── Source material

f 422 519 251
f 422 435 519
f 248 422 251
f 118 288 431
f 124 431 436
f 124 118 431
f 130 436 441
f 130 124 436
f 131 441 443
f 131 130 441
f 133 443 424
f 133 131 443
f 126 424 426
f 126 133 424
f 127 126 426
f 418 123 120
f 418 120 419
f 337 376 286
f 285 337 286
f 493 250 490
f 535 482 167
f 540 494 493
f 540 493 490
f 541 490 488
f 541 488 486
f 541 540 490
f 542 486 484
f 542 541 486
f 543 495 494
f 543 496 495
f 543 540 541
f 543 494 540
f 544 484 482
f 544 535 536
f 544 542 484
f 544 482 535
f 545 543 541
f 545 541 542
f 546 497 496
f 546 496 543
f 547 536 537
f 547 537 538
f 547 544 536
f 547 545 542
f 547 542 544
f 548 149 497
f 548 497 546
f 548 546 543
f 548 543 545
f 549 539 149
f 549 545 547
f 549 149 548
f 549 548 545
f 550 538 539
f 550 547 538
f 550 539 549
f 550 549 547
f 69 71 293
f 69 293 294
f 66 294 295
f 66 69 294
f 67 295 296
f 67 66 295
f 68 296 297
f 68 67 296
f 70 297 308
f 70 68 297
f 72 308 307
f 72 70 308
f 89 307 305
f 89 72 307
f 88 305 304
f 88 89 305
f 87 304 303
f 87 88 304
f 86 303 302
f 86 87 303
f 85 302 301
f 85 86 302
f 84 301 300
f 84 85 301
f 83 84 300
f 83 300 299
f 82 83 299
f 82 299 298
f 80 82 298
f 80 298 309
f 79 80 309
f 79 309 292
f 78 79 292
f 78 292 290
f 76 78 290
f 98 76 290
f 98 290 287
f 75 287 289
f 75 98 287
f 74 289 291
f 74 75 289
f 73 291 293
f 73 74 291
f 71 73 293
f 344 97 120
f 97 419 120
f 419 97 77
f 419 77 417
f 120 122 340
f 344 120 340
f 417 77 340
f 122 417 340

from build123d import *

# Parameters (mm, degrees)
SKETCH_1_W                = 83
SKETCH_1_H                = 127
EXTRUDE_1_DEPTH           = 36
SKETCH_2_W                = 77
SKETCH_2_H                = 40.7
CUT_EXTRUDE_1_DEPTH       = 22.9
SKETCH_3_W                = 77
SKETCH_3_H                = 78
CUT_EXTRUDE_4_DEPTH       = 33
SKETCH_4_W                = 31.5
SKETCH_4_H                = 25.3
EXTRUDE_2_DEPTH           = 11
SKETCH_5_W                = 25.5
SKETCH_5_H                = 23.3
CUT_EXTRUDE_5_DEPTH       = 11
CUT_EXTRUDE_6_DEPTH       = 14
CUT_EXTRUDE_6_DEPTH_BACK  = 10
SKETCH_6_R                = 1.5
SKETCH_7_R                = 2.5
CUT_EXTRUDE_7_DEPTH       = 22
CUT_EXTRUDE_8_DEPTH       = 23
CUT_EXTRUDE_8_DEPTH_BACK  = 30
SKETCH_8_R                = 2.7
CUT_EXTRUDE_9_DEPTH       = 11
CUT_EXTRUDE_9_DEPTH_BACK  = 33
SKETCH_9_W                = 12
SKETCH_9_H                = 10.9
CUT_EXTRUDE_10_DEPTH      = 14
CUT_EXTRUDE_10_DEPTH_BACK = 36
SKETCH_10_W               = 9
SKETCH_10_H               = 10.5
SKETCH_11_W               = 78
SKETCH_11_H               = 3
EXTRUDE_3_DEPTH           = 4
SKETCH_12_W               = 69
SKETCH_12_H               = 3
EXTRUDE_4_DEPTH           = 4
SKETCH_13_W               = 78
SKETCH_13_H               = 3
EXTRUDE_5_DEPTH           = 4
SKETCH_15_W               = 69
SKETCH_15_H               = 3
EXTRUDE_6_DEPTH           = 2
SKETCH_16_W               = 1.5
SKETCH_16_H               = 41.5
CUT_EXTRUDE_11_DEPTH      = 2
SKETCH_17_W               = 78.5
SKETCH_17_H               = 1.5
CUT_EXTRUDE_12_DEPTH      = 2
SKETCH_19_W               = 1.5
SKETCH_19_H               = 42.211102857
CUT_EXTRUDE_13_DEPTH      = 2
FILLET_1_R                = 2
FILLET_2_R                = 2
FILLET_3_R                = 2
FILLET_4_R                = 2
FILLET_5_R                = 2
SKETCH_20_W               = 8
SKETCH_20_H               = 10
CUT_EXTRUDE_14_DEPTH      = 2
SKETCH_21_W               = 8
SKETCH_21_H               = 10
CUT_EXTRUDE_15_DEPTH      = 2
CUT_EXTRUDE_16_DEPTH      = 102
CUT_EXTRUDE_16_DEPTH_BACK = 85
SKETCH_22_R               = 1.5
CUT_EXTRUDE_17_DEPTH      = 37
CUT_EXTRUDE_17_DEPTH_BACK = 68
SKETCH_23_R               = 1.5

────

- **What you are asked to do**: In exact wording, restate the lines of the data above from the first through the one holding "f 540 493 490", and stop after that line.

- **Written reply**:
f 422 519 251
f 422 435 519
f 248 422 251
f 118 288 431
f 124 431 436
f 124 118 431
f 130 436 441
f 130 124 436
f 131 441 443
f 131 130 441
f 133 443 424
f 133 131 443
f 126 424 426
f 126 133 424
f 127 126 426
f 418 123 120
f 418 120 419
f 337 376 286
f 285 337 286
f 493 250 490
f 535 482 167
f 540 494 493
f 540 493 490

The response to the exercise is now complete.